There are a lot of problems establishing this connection even before you start sending data. Industrial standard NAT traversal solution should be able to apply all possible methods mentioned in above texts. It should inspect network environment of both peers and decide which method of NAT traversal should be applied. If neither methods of direct tunnel creation succeed, the relay will be the last solution that we know for sure that must work.

  • Tahoe-LAFS: It is a free and open, secure, decentralized, fault-tolerant, distributed data store and distributed file system. It is designed around principle of least authority. Designed by Zooko Wilcox-O’Hearn who leads zcash and co-creator of BLAKE3.
  • Zooko’s triangle: Zooko described this trilemma. Several platforms implement refutations of this, eg. Blockstack, Namecoin, Monero etc. but still worth looking at it.
  • Object-capability model : For example the ls command is used to list things, but it has the capability to access the network, the camera and whatnot.

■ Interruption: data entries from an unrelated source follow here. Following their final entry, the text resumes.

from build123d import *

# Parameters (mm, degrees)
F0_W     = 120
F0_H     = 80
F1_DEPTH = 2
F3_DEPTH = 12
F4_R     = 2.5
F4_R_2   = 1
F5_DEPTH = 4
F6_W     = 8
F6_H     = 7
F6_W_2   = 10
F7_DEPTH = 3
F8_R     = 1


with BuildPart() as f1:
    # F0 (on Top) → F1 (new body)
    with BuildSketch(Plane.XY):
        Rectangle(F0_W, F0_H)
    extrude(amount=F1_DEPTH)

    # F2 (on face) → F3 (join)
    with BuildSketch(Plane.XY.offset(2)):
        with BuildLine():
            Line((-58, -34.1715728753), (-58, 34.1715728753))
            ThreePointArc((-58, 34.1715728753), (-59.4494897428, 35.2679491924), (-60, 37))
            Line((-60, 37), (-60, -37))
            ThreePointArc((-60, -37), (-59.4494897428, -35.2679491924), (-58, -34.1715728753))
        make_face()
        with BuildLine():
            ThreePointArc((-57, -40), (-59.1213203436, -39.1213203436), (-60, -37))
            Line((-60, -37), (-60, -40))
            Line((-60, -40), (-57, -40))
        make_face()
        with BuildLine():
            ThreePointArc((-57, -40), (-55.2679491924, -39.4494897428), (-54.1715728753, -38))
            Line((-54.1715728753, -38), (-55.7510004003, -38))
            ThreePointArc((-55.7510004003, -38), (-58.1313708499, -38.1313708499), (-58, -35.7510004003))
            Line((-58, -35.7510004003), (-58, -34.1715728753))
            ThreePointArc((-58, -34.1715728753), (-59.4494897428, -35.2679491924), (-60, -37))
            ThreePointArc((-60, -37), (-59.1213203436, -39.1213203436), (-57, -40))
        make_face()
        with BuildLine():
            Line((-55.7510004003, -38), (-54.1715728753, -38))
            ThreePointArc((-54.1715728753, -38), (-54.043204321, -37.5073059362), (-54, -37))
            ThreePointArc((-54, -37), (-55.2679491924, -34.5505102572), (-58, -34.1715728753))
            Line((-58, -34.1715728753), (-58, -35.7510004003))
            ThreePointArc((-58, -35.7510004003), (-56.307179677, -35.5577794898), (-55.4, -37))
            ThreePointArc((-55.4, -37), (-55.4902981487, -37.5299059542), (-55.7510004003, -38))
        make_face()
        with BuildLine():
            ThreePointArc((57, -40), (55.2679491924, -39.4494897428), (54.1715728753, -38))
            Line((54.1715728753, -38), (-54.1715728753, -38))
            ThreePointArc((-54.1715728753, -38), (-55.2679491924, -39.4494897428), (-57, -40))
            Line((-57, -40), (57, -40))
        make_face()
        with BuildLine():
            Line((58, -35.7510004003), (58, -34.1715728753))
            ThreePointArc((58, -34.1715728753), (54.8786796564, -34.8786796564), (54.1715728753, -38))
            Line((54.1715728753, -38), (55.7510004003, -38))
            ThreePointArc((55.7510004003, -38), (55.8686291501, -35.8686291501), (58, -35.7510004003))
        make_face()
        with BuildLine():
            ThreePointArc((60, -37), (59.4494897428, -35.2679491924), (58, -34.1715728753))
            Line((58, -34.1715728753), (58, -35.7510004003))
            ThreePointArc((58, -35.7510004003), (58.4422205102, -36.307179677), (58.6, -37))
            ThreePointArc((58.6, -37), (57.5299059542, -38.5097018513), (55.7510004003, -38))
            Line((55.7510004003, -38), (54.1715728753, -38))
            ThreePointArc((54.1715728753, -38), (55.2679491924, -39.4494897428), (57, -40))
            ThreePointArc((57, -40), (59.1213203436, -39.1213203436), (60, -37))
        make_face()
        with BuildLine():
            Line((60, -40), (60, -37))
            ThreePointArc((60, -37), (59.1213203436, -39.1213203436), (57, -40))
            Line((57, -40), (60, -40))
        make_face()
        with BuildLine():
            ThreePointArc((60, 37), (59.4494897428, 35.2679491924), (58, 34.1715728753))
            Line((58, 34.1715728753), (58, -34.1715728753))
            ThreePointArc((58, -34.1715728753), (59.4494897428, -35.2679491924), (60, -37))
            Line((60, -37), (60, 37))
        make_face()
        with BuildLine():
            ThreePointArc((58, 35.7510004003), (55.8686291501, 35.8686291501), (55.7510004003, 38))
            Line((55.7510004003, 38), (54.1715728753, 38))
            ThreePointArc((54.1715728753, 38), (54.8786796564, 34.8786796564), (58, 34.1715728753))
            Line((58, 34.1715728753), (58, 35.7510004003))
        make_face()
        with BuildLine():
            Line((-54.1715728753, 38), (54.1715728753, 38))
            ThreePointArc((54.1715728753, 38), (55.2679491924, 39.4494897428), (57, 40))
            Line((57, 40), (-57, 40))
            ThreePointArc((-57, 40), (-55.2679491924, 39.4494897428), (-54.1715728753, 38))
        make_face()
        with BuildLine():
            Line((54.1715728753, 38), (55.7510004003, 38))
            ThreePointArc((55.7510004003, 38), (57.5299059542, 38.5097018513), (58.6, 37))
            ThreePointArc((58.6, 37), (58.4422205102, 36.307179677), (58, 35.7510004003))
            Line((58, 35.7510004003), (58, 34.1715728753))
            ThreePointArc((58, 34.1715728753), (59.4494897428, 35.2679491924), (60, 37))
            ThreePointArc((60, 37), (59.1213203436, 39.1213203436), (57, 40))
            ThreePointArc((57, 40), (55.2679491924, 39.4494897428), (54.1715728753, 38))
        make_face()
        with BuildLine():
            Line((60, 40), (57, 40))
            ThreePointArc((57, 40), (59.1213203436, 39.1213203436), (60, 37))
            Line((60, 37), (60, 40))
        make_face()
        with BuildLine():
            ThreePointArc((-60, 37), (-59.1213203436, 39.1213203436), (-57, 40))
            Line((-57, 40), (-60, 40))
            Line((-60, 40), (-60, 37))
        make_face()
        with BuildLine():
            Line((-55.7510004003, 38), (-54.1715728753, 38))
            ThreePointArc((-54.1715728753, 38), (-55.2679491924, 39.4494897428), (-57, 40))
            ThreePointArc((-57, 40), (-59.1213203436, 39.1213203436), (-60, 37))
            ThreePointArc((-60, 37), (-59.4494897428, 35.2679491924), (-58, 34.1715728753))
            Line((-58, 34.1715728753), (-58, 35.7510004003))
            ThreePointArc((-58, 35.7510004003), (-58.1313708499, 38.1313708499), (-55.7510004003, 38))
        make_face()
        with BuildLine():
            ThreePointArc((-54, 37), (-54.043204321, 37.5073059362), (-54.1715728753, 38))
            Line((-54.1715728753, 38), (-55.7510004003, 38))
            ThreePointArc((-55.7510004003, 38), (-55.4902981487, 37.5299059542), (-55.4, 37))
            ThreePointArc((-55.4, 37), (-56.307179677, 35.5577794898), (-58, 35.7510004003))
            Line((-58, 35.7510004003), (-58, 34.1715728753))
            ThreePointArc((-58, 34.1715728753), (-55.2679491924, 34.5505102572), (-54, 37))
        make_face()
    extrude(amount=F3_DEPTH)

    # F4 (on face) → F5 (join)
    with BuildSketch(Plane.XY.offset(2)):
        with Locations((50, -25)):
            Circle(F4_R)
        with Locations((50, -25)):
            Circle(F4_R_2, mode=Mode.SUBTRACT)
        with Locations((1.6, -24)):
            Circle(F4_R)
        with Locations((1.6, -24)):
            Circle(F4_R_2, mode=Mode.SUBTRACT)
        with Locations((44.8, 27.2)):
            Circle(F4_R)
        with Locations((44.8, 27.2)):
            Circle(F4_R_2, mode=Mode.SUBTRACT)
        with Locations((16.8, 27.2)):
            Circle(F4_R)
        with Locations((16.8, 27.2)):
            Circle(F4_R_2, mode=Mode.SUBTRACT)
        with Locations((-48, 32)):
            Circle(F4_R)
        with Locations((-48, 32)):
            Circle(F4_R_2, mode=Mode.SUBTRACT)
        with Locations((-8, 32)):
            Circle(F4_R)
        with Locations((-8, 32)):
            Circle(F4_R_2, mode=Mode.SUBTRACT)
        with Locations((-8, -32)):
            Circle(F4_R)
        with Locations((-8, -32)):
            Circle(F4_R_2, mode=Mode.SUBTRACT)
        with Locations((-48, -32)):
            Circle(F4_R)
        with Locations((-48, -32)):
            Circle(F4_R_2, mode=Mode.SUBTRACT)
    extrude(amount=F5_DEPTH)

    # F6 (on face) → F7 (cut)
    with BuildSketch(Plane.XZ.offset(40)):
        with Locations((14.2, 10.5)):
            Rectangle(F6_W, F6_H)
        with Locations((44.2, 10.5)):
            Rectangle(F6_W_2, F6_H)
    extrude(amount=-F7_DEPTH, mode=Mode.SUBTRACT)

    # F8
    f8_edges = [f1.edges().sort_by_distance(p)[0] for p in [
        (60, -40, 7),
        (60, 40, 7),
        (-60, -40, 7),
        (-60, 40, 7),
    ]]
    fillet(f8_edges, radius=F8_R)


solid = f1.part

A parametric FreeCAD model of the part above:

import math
import FreeCAD as App
import Part
import Sketcher
Q = App.Units.Quantity


def edges_at(feature, points):
    """Names of the edges that pass closest to the given points."""
    edges = feature.Shape.Edges
    near = lambda p: min(range(len(edges)), key=lambda i: edges[i].distToShape(Part.Vertex(*p))[0])
    return sorted({f"Edge{near(p) + 1}" for p in points})


def add_polygon(sketch, points):
    """Adds a closed chain of lines whose ends are joined by coincident constraints."""
    first, n = sketch.GeometryCount, len(points)
    for a, b in zip(points, points[1:] + points[:1]):
        sketch.addGeometry(Part.LineSegment(App.Vector(*a, 0), App.Vector(*b, 0)), False)
    for i in range(n):
        sketch.addConstraint(Sketcher.Constraint("Coincident", first + i, 2, first + (i + 1) % n, 1))

doc = App.newDocument("Part")
params = doc.addObject("Spreadsheet::Sheet", "Params")
for row, (alias, value) in enumerate([
    ("sketch1_width", "120 mm"),
    ("sketch1_height", "80 mm"),
    ("pad1_length", "2 mm"),
    ("sketch2_radius", "3 mm"),
    ("sketch2_radius2", "1.6 mm"),
    ("sketch2_width", "120 mm"),
    ("sketch2_height", "80 mm"),
    ("pad2_length", "12 mm"),
    ("sketch3_diameter", "5 mm"),
    ("sketch3_diameter2", "2 mm"),
    ("pad3_length", "4 mm"),
    ("sketch4_width", "8 mm"),
    ("sketch4_width2", "10 mm"),
    ("sketch4_height", "7 mm"),
    ("pocket1_length", "3 mm"),
    ("fillet_radius", "1 mm"),
], start=1):
    params.set(f"A{row}", alias)
    params.set(f"B{row}", "=" + value)
    params.setAlias(f"B{row}", alias)

body = doc.addObject("PartDesign::Body", "Body")

sketch1 = body.newObject("Sketcher::SketchObject", "Sketch")
sketch1.AttachmentSupport = (doc.getObject("XY_Plane"), [""])
sketch1.MapMode = "FlatFace"
add_polygon(sketch1, [(-60, 40), (-60, -40), (60, -40), (60, 40)])
sketch1.addConstraint(Sketcher.Constraint("Vertical", 0))
sketch1.addConstraint(Sketcher.Constraint("Horizontal", 1))
sketch1.addConstraint(Sketcher.Constraint("Vertical", 2))
sketch1.addConstraint(Sketcher.Constraint("Horizontal", 3))
sketch1.addConstraint(Sketcher.Constraint("Symmetric", 0, 2, 2, 2, -1, 1))
sketch1.addConstraint(Sketcher.Constraint("DistanceX", 1, 1, 1, 2, Q("120 mm")))
sketch1.addConstraint(Sketcher.Constraint("DistanceY", 0, 2, 0, 1, Q("80 mm")))
sketch1.setExpression("Constraints[9]", "Params.sketch1_width")
sketch1.setExpression("Constraints[10]", "Params.sketch1_height")
pad1 = body.newObject("PartDesign::Pad", "Pad")
pad1.Profile = sketch1
pad1.setExpression("Length", "Params.pad1_length")

sketch2 = body.newObject("Sketcher::SketchObject", "Sketch001")
sketch2.AttachmentSupport = (doc.getObject("XY_Plane"), [""])
sketch2.MapMode = "FlatFace"
sketch2.AttachmentOffset = App.Placement(App.Vector(0, 0, 2), App.Rotation())
add_polygon(sketch2, [(-60, -40), (60, -40), (60, 40), (-60, 40)])
sketch2.addGeometry(Part.ArcOfCircle(Part.Circle(App.Vector(57, 37, 0), App.Vector(0, 0, 1), 3), math.radians(161), math.radians(289)), False)
sketch2.addGeometry(Part.LineSegment(App.Vector(58, 34.2, 0), App.Vector(58, -34.2, 0)), False)
sketch2.addGeometry(Part.ArcOfCircle(Part.Circle(App.Vector(57, -37, 0), App.Vector(0, 0, 1), 3), math.radians(71), math.radians(199)), False)
sketch2.addGeometry(Part.LineSegment(App.Vector(54.2, -38, 0), App.Vector(-54.2, -38, 0)), False)
sketch2.addGeometry(Part.ArcOfCircle(Part.Circle(App.Vector(-57, -37, 0), App.Vector(0, 0, 1), 3), math.radians(-19.47), math.radians(0)), False)
sketch2.addGeometry(Part.ArcOfCircle(Part.Circle(App.Vector(-57, -37, 0), App.Vector(0, 0, 1), 3), math.radians(0), math.radians(109)), False)
sketch2.addGeometry(Part.LineSegment(App.Vector(-58, -34.2, 0), App.Vector(-58, 34.2, 0)), False)
sketch2.addGeometry(Part.ArcOfCircle(Part.Circle(App.Vector(-57, 37, 0), App.Vector(0, 0, 1), 3), math.radians(-109), math.radians(0)), False)
sketch2.addGeometry(Part.ArcOfCircle(Part.Circle(App.Vector(-57, 37, 0), App.Vector(0, 0, 1), 3), math.radians(0), math.radians(19.47)), False)
sketch2.addGeometry(Part.LineSegment(App.Vector(-54.2, 38, 0), App.Vector(54.2, 38, 0)), False)
sketch2.addGeometry(Part.ArcOfCircle(Part.Circle(App.Vector(-57, 37, 0), App.Vector(0, 0, 1), 1.6), math.radians(39), math.radians(231)), False)
sketch2.addGeometry(Part.ArcOfCircle(Part.Circle(App.Vector(-57, 37, 0), App.Vector(0, 0, 1), 1.6), math.radians(0), math.radians(39)), False)
sketch2.addGeometry(Part.ArcOfCircle(Part.Circle(App.Vector(-57, 37, 0), App.Vector(0, 0, 1), 1.6), math.radians(-129), math.radians(0)), False)
sketch2.addGeometry(Part.ArcOfCircle(Part.Circle(App.Vector(-57, -37, 0), App.Vector(0, 0, 1), 1.6), math.radians(129), math.radians(321)), False)
sketch2.addGeometry(Part.ArcOfCircle(Part.Circle(App.Vector(-57, -37, 0), App.Vector(0, 0, 1), 1.6), math.radians(0), math.radians(129)), False)
sketch2.addGeometry(Part.ArcOfCircle(Part.Circle(App.Vector(-57, -37, 0), App.Vector(0, 0, 1), 1.6), math.radians(-39), math.radians(0)), False)
sketch2.addGeometry(Part.ArcOfCircle(Part.Circle(App.Vector(57, -37, 0), App.Vector(0, 0, 1), 1.6), math.radians(0), math.radians(51)), False)
sketch2.addGeometry(Part.ArcOfCircle(Part.Circle(App.Vector(57, -37, 0), App.Vector(0, 0, 1), 1.6), math.radians(-141), math.radians(0)), False)
sketch2.addGeometry(Part.ArcOfCircle(Part.Circle(App.Vector(57, -37, 0), App.Vector(0, 0, 1), 1.6), math.radians(51), math.radians(219)), False)
sketch2.addGeometry(Part.ArcOfCircle(Part.Circle(App.Vector(57, 37, 0), App.Vector(0, 0, 1), 1.6), math.radians(0), math.radians(141)), False)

We can use the Object-capability model to scope this down.
  • magic-wormhole / github : It gets things from one computer to another, safely. Warner, the creator of magic-wormhole was also one of the developers of Tahoe-LAFS. It uses PAKE for establishing a secure connection.
  • Usenet

Social P2P

🎥 Link to Video

The thing i disliked about this talk was that a lot of complicated diagrams were shown but very little was explained.

  • Social Networks: Every social network is coersing human connections into these quantifiable metrics and data structures. But do these represent out connections accurately? How does the existence of these metrics change our connection in the real world?
  • Small world Network: On an average the length of a path between two nodes will be shorter based on the number of nodes. Highly connected components leading to shorter paths between them.
  • Scale Free Network: A scale-free network is a network whose degree distribution follows a power law, at least asymptotically.
  • Friend Networks: It’s a P2P network where people only make connections with people they already know. Some kind of authentication is used.